>>

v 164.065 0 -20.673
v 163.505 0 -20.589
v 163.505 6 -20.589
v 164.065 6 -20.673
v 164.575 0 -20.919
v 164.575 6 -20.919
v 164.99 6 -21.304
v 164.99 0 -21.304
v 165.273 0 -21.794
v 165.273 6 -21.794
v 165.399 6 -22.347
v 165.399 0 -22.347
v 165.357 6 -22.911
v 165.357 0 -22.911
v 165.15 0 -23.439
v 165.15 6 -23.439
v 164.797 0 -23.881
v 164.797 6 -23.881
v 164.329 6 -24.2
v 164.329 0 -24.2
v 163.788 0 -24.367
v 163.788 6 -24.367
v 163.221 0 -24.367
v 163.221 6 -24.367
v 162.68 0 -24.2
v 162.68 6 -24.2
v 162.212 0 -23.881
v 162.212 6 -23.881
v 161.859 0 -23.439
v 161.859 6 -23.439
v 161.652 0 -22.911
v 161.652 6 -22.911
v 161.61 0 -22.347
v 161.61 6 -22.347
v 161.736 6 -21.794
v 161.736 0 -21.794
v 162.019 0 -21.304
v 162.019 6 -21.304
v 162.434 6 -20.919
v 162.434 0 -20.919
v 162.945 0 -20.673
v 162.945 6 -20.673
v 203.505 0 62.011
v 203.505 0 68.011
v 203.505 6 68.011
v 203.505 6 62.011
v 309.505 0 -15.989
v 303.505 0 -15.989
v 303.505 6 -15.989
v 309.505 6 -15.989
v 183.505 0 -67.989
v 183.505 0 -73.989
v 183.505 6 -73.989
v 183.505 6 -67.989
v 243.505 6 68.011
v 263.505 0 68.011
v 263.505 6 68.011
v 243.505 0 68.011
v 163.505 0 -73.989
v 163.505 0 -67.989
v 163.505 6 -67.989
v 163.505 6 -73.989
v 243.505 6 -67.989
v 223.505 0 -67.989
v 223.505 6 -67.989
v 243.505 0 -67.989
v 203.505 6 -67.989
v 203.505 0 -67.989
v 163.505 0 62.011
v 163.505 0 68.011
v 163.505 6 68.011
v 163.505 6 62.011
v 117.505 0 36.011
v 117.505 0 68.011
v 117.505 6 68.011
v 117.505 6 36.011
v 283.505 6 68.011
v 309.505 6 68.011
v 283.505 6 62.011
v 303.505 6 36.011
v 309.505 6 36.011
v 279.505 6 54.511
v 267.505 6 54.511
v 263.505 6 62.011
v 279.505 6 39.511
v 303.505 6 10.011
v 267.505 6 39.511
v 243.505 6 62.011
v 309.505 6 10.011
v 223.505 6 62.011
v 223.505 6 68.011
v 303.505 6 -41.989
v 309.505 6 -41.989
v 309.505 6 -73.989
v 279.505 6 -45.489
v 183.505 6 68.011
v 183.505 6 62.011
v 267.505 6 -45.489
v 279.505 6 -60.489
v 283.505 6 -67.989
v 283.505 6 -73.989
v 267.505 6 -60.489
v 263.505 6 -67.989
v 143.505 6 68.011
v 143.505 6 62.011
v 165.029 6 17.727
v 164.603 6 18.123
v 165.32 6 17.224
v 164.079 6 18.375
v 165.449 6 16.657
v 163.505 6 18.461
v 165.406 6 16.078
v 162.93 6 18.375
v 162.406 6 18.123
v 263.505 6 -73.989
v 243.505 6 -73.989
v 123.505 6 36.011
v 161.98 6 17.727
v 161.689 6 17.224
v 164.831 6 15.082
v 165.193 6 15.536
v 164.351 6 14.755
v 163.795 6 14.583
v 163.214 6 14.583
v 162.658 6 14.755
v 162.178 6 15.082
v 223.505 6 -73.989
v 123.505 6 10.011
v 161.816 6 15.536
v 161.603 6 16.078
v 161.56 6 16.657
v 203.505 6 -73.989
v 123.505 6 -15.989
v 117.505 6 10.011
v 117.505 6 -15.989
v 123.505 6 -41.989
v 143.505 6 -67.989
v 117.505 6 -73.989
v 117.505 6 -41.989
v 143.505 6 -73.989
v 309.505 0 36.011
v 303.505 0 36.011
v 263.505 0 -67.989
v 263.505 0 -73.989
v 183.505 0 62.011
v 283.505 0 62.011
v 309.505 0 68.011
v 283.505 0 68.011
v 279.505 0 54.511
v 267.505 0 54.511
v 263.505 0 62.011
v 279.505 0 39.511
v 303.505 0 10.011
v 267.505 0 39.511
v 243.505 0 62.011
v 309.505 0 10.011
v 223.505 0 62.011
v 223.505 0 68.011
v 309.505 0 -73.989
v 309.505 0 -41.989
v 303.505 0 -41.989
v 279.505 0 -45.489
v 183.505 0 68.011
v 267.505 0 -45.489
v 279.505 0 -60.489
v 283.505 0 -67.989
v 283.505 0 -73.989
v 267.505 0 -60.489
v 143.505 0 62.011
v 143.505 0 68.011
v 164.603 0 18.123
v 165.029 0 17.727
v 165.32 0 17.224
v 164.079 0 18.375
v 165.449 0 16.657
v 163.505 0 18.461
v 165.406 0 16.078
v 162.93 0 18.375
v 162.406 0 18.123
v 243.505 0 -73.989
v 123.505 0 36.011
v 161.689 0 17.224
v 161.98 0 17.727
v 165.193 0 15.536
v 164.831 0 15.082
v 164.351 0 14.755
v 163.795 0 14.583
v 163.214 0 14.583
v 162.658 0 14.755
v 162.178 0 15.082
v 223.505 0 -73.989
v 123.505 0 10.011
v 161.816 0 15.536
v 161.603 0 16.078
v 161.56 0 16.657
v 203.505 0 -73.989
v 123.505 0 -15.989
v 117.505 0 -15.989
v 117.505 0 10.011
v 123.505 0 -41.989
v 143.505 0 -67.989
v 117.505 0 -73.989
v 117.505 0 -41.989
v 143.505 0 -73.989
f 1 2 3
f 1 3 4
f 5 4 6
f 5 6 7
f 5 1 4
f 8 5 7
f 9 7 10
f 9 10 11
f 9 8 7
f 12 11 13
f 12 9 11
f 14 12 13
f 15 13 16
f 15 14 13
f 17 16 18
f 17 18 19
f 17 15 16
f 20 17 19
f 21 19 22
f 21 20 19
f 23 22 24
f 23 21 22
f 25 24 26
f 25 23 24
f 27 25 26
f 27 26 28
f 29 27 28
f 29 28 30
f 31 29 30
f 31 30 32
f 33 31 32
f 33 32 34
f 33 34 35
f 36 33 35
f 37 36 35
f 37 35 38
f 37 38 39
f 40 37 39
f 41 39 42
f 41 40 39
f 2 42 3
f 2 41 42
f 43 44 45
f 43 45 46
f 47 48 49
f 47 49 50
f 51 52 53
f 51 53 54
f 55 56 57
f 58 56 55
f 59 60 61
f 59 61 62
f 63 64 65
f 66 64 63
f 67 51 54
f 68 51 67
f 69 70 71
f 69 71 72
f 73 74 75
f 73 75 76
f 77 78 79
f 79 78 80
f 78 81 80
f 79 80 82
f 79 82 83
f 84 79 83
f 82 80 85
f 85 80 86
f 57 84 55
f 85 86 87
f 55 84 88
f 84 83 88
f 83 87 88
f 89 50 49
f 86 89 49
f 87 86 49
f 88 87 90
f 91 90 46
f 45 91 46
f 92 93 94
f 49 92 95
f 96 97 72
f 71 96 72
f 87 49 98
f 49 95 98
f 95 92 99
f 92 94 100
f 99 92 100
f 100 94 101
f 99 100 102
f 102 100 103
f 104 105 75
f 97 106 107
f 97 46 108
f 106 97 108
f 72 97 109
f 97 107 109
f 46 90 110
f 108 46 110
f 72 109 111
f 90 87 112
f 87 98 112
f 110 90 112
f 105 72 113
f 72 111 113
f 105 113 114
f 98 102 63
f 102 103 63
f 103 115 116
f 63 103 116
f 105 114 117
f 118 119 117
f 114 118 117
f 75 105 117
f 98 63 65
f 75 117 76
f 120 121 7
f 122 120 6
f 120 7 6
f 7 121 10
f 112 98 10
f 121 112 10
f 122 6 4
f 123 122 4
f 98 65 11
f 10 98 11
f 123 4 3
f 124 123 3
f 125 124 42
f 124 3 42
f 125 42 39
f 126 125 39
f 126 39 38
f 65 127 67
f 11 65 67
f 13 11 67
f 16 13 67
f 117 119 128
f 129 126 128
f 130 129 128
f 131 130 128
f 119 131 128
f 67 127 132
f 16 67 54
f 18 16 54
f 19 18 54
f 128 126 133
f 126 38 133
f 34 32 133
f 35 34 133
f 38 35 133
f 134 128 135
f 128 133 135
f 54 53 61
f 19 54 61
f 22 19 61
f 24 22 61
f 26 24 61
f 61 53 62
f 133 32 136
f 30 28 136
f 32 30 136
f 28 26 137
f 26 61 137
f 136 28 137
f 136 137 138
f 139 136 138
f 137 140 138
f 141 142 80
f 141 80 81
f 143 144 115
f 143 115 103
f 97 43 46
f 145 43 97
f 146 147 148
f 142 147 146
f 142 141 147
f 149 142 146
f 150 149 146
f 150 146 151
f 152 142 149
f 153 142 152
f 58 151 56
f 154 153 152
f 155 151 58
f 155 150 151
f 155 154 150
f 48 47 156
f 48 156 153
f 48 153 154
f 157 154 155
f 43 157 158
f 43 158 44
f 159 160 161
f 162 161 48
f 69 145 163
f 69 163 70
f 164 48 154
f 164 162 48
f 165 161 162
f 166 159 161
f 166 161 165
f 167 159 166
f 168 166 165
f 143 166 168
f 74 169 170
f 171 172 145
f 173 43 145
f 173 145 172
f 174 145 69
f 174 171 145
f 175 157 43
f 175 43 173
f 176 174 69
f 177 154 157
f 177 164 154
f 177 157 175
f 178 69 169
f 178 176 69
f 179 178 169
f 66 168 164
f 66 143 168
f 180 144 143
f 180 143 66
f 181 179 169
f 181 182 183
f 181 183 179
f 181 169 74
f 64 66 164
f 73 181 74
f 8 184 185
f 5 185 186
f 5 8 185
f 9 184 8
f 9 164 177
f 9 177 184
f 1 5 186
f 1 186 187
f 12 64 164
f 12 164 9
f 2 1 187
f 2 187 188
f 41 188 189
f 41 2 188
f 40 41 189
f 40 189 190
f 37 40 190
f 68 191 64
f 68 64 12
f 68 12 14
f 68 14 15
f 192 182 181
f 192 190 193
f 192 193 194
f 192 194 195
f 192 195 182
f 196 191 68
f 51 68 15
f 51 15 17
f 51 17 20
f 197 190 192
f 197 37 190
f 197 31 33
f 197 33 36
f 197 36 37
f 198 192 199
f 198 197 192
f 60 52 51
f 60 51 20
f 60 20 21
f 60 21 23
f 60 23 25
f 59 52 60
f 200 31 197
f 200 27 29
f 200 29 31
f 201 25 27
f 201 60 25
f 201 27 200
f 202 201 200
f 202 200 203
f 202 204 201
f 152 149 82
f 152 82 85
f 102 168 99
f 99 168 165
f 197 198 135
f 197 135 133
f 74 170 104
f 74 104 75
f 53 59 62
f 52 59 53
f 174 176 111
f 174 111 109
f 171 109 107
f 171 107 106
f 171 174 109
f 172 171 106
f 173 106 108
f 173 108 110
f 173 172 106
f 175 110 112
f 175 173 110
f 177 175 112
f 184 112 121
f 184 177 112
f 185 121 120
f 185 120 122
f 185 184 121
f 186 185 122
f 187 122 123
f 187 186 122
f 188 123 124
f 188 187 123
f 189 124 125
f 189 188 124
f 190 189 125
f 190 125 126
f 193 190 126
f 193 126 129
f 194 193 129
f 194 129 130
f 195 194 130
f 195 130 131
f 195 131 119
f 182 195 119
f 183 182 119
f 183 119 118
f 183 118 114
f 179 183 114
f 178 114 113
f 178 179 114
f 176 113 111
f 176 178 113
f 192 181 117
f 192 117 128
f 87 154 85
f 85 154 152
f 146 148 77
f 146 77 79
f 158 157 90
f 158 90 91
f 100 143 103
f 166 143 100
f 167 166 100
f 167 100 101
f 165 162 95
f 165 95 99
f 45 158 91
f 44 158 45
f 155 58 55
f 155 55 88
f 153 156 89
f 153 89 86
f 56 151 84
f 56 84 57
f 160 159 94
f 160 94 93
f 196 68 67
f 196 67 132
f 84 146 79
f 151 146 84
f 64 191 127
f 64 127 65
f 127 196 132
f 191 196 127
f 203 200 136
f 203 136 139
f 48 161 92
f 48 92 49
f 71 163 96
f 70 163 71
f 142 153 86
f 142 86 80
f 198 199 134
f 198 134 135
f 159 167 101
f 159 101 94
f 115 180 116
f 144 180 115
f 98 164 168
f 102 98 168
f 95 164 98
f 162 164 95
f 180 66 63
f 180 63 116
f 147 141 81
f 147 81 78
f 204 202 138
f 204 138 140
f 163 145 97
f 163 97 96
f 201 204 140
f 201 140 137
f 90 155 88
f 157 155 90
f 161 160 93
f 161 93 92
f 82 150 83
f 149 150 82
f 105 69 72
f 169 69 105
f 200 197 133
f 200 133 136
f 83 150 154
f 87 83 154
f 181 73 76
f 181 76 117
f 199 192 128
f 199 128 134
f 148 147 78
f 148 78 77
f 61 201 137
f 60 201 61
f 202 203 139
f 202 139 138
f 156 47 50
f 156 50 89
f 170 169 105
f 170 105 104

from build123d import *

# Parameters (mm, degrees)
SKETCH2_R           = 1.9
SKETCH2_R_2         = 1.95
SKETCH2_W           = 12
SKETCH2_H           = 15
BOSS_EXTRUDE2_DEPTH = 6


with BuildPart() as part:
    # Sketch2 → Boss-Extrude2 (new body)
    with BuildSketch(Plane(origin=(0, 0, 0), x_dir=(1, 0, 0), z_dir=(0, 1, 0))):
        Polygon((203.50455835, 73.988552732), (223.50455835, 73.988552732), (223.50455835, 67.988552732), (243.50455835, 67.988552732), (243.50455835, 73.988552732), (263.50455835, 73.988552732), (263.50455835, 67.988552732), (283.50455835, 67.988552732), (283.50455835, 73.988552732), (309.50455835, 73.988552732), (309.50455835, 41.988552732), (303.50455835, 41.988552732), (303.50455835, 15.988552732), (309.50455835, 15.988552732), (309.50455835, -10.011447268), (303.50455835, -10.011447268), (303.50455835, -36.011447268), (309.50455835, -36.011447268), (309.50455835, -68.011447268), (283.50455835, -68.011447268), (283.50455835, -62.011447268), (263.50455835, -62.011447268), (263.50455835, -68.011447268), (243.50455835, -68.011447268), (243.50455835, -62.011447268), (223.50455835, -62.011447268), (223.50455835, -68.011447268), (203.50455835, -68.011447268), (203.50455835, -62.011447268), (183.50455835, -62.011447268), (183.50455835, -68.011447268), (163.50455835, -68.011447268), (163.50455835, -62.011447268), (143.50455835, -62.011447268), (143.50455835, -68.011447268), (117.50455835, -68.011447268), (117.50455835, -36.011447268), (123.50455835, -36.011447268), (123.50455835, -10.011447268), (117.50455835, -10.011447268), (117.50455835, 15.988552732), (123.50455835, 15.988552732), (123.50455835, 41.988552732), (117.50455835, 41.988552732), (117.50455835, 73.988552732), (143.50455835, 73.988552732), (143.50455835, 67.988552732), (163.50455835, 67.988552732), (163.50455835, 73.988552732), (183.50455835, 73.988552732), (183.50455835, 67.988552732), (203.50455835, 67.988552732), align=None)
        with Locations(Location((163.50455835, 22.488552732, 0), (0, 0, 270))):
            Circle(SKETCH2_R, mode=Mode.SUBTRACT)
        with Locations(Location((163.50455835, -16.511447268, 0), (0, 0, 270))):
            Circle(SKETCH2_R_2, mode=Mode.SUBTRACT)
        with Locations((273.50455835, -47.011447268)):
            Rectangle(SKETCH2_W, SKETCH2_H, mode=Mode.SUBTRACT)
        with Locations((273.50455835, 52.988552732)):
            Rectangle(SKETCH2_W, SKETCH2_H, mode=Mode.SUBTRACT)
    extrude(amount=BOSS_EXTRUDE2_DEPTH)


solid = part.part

<<

#### EXERCISE AIM
Retype exactly, and only, the lines above from the one where "f 181 183 179" occurs up to and including the one where "f 181 76 117" occurs.

#### ANSWER FOR THE TASK
f 181 183 179
f 181 169 74
f 64 66 164
f 73 181 74
f 8 184 185
f 5 185 186
f 5 8 185
f 9 184 8
f 9 164 177
f 9 177 184
f 1 5 186
f 1 186 187
f 12 64 164
f 12 164 9
f 2 1 187
f 2 187 188
f 41 188 189
f 41 2 188
f 40 41 189
f 40 189 190
f 37 40 190
f 68 191 64
f 68 64 12
f 68 12 14
f 68 14 15
f 192 182 181
f 192 190 193
f 192 193 194
f 192 194 195
f 192 195 182
f 196 191 68
f 51 68 15
f 51 15 17
f 51 17 20
f 197 190 192
f 197 37 190
f 197 31 33
f 197 33 36
f 197 36 37
f 198 192 199
f 198 197 192
f 60 52 51
f 60 51 20
f 60 20 21
f 60 21 23
f 60 23 25
f 59 52 60
f 200 31 197
f 200 27 29
f 200 29 31
f 201 25 27
f 201 60 25
f 201 27 200
f 202 201 200
f 202 200 203
f 202 204 201
f 152 149 82
f 152 82 85
f 102 168 99
f 99 168 165
f 197 198 135
f 197 135 133
f 74 170 104
f 74 104 75
f 53 59 62
f 52 59 53
f 174 176 111
f 174 111 109
f 171 109 107
f 171 107 106
f 171 174 109
f 172 171 106
f 173 106 108
f 173 108 110
f 173 172 106
f 175 110 112
f 175 173 110
f 177 175 112
f 184 112 121
f 184 177 112
f 185 121 120
f 185 120 122
f 185 184 121
f 186 185 122
f 187 122 123
f 187 186 122
f 188 123 124
f 188 187 123
f 189 124 125
f 189 188 124
f 190 189 125
f 190 125 126
f 193 190 126
f 193 126 129
f 194 193 129
f 194 129 130
f 195 194 130
f 195 130 131
f 195 131 119
f 182 195 119
f 183 182 119
f 183 119 118
f 183 118 114
f 179 183 114
f 178 114 113
f 178 179 114
f 176 113 111
f 176 178 113
f 192 181 117
f 192 117 128
f 87 154 85
f 85 154 152
f 146 148 77
f 146 77 79
f 158 157 90
f 158 90 91
f 100 143 103
f 166 143 100
f 167 166 100
f 167 100 101
f 165 162 95
f 165 95 99
f 45 158 91
f 44 158 45
f 155 58 55
f 155 55 88
f 153 156 89
f 153 89 86
f 56 151 84
f 56 84 57
f 160 159 94
f 160 94 93
f 196 68 67
f 196 67 132
f 84 146 79
f 151 146 84
f 64 191 127
f 64 127 65
f 127 196 132
f 191 196 127
f 203 200 136
f 203 136 139
f 48 161 92
f 48 92 49
f 71 163 96
f 70 163 71
f 142 153 86
f 142 86 80
f 198 199 134
f 198 134 135
f 159 167 101
f 159 101 94
f 115 180 116
f 144 180 115
f 98 164 168
f 102 98 168
f 95 164 98
f 162 164 95
f 180 66 63
f 180 63 116
f 147 141 81
f 147 81 78
f 204 202 138
f 204 138 140
f 163 145 97
f 163 97 96
f 201 204 140
f 201 140 137
f 90 155 88
f 157 155 90
f 161 160 93
f 161 93 92
f 82 150 83
f 149 150 82
f 105 69 72
f 169 69 105
f 200 197 133
f 200 133 136
f 83 150 154
f 87 83 154
f 181 73 76
f 181 76 117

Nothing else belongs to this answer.